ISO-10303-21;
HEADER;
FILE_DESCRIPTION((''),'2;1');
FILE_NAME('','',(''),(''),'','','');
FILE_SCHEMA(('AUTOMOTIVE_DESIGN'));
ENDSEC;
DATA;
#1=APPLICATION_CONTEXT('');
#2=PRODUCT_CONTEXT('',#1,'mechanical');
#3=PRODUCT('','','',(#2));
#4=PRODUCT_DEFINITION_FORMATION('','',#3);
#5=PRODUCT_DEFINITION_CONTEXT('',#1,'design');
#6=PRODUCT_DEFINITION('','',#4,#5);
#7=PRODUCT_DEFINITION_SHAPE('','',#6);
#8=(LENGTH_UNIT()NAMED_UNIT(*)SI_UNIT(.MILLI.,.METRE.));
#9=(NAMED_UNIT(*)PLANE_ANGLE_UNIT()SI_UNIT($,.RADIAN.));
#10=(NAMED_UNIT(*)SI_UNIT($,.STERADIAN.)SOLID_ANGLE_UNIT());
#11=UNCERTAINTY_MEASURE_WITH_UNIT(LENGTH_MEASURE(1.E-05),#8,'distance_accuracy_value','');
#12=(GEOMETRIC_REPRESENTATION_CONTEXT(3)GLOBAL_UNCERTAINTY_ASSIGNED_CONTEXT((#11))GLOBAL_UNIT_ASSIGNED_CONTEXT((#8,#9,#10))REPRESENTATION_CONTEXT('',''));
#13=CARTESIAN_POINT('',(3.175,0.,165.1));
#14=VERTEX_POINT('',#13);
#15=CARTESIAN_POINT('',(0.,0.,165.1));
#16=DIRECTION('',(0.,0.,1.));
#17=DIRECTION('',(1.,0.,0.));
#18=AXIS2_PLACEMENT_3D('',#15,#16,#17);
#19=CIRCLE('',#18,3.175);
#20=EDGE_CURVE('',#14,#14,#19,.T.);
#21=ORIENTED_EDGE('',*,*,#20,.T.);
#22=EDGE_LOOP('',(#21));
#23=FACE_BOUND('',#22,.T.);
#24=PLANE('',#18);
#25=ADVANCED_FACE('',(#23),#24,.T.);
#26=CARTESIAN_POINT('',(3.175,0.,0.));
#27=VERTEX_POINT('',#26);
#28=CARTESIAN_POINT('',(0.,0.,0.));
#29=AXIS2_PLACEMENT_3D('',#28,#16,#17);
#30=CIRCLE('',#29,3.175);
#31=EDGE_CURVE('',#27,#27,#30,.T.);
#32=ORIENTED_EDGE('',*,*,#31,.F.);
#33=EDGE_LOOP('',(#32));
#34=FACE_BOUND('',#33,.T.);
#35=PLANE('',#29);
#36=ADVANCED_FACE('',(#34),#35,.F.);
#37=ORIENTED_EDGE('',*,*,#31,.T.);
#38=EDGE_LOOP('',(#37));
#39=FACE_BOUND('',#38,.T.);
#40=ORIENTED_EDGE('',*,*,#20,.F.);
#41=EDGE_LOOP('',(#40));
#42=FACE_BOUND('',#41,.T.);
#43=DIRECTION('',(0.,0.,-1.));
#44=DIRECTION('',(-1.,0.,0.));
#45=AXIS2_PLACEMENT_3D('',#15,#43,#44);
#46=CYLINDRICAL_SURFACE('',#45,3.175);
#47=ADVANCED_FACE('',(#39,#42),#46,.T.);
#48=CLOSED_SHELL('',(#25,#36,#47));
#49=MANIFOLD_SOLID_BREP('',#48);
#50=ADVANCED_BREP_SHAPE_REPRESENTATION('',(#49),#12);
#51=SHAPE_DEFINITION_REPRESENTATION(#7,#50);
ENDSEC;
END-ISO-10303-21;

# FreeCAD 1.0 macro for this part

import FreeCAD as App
import Part
import Sketcher
Q = App.Units.Quantity

doc = App.newDocument("Part")
params = doc.addObject("Spreadsheet::Sheet", "Params")
for row, (alias, value) in enumerate([
    ("sketch1_diameter", "0.25 in"),
    ("pad1_length", "6.5 in"),
], start=1):
    params.set(f"A{row}", alias)
    params.set(f"B{row}", "=" + value)
    params.setAlias(f"B{row}", alias)

body = doc.addObject("PartDesign::Body", "Body")

# Sketch on XY plane
sketch1 = body.newObject("Sketcher::SketchObject", "Sketch")
sketch1.AttachmentSupport = (doc.getObject("XY_Plane"), [""])
sketch1.MapMode = "FlatFace"
sketch1.addGeometry(Part.Circle(App.Vector(0, 0, 0), App.Vector(0, 0, 1), 3.2), False)
sketch1.addConstraint([
    Sketcher.Constraint("Coincident", 0, 3, -1, 1),
    Sketcher.Constraint("Diameter", 0, Q("0.25 in")),
])
sketch1.setExpression("Constraints[1]", "Params.sketch1_diameter")
pad1 = body.newObject("PartDesign::Pad", "Pad")
pad1.Profile = sketch1
pad1.setExpression("Length", "Params.pad1_length")

doc.recompute()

Task prompt -
Repeat all of the data exactly as given.

Expected answer -
ISO-10303-21;
HEADER;
FILE_DESCRIPTION((''),'2;1');
FILE_NAME('','',(''),(''),'','','');
FILE_SCHEMA(('AUTOMOTIVE_DESIGN'));
ENDSEC;
DATA;
#1=APPLICATION_CONTEXT('');
#2=PRODUCT_CONTEXT('',#1,'mechanical');
#3=PRODUCT('','','',(#2));
#4=PRODUCT_DEFINITION_FORMATION('','',#3);
#5=PRODUCT_DEFINITION_CONTEXT('',#1,'design');
#6=PRODUCT_DEFINITION('','',#4,#5);
#7=PRODUCT_DEFINITION_SHAPE('','',#6);
#8=(LENGTH_UNIT()NAMED_UNIT(*)SI_UNIT(.MILLI.,.METRE.));
#9=(NAMED_UNIT(*)PLANE_ANGLE_UNIT()SI_UNIT($,.RADIAN.));
#10=(NAMED_UNIT(*)SI_UNIT($,.STERADIAN.)SOLID_ANGLE_UNIT());
#11=UNCERTAINTY_MEASURE_WITH_UNIT(LENGTH_MEASURE(1.E-05),#8,'distance_accuracy_value','');
#12=(GEOMETRIC_REPRESENTATION_CONTEXT(3)GLOBAL_UNCERTAINTY_ASSIGNED_CONTEXT((#11))GLOBAL_UNIT_ASSIGNED_CONTEXT((#8,#9,#10))REPRESENTATION_CONTEXT('',''));
#13=CARTESIAN_POINT('',(3.175,0.,165.1));
#14=VERTEX_POINT('',#13);
#15=CARTESIAN_POINT('',(0.,0.,165.1));
#16=DIRECTION('',(0.,0.,1.));
#17=DIRECTION('',(1.,0.,0.));
#18=AXIS2_PLACEMENT_3D('',#15,#16,#17);
#19=CIRCLE('',#18,3.175);
#20=EDGE_CURVE('',#14,#14,#19,.T.);
#21=ORIENTED_EDGE('',*,*,#20,.T.);
#22=EDGE_LOOP('',(#21));
#23=FACE_BOUND('',#22,.T.);
#24=PLANE('',#18);
#25=ADVANCED_FACE('',(#23),#24,.T.);
#26=CARTESIAN_POINT('',(3.175,0.,0.));
#27=VERTEX_POINT('',#26);
#28=CARTESIAN_POINT('',(0.,0.,0.));
#29=AXIS2_PLACEMENT_3D('',#28,#16,#17);
#30=CIRCLE('',#29,3.175);
#31=EDGE_CURVE('',#27,#27,#30,.T.);
#32=ORIENTED_EDGE('',*,*,#31,.F.);
#33=EDGE_LOOP('',(#32));
#34=FACE_BOUND('',#33,.T.);
#35=PLANE('',#29);
#36=ADVANCED_FACE('',(#34),#35,.F.);
#37=ORIENTED_EDGE('',*,*,#31,.T.);
#38=EDGE_LOOP('',(#37));
#39=FACE_BOUND('',#38,.T.);
#40=ORIENTED_EDGE('',*,*,#20,.F.);
#41=EDGE_LOOP('',(#40));
#42=FACE_BOUND('',#41,.T.);
#43=DIRECTION('',(0.,0.,-1.));
#44=DIRECTION('',(-1.,0.,0.));
#45=AXIS2_PLACEMENT_3D('',#15,#43,#44);
#46=CYLINDRICAL_SURFACE('',#45,3.175);
#47=ADVANCED_FACE('',(#39,#42),#46,.T.);
#48=CLOSED_SHELL('',(#25,#36,#47));
#49=MANIFOLD_SOLID_BREP('',#48);
#50=ADVANCED_BREP_SHAPE_REPRESENTATION('',(#49),#12);
#51=SHAPE_DEFINITION_REPRESENTATION(#7,#50);
ENDSEC;
END-ISO-10303-21;

# FreeCAD 1.0 macro for this part

import FreeCAD as App
import Part
import Sketcher
Q = App.Units.Quantity

doc = App.newDocument("Part")
params = doc.addObject("Spreadsheet::Sheet", "Params")
for row, (alias, value) in enumerate([
    ("sketch1_diameter", "0.25 in"),
    ("pad1_length", "6.5 in"),
], start=1):
    params.set(f"A{row}", alias)
    params.set(f"B{row}", "=" + value)
    params.setAlias(f"B{row}", alias)

body = doc.addObject("PartDesign::Body", "Body")

# Sketch on XY plane
sketch1 = body.newObject("Sketcher::SketchObject", "Sketch")
sketch1.AttachmentSupport = (doc.getObject("XY_Plane"), [""])
sketch1.MapMode = "FlatFace"
sketch1.addGeometry(Part.Circle(App.Vector(0, 0, 0), App.Vector(0, 0, 1), 3.2), False)
sketch1.addConstraint([
    Sketcher.Constraint("Coincident", 0, 3, -1, 1),
    Sketcher.Constraint("Diameter", 0, Q("0.25 in")),
])
sketch1.setExpression("Constraints[1]", "Params.sketch1_diameter")
pad1 = body.newObject("PartDesign::Pad", "Pad")
pad1.Profile = sketch1
pad1.setExpression("Length", "Params.pad1_length")

doc.recompute()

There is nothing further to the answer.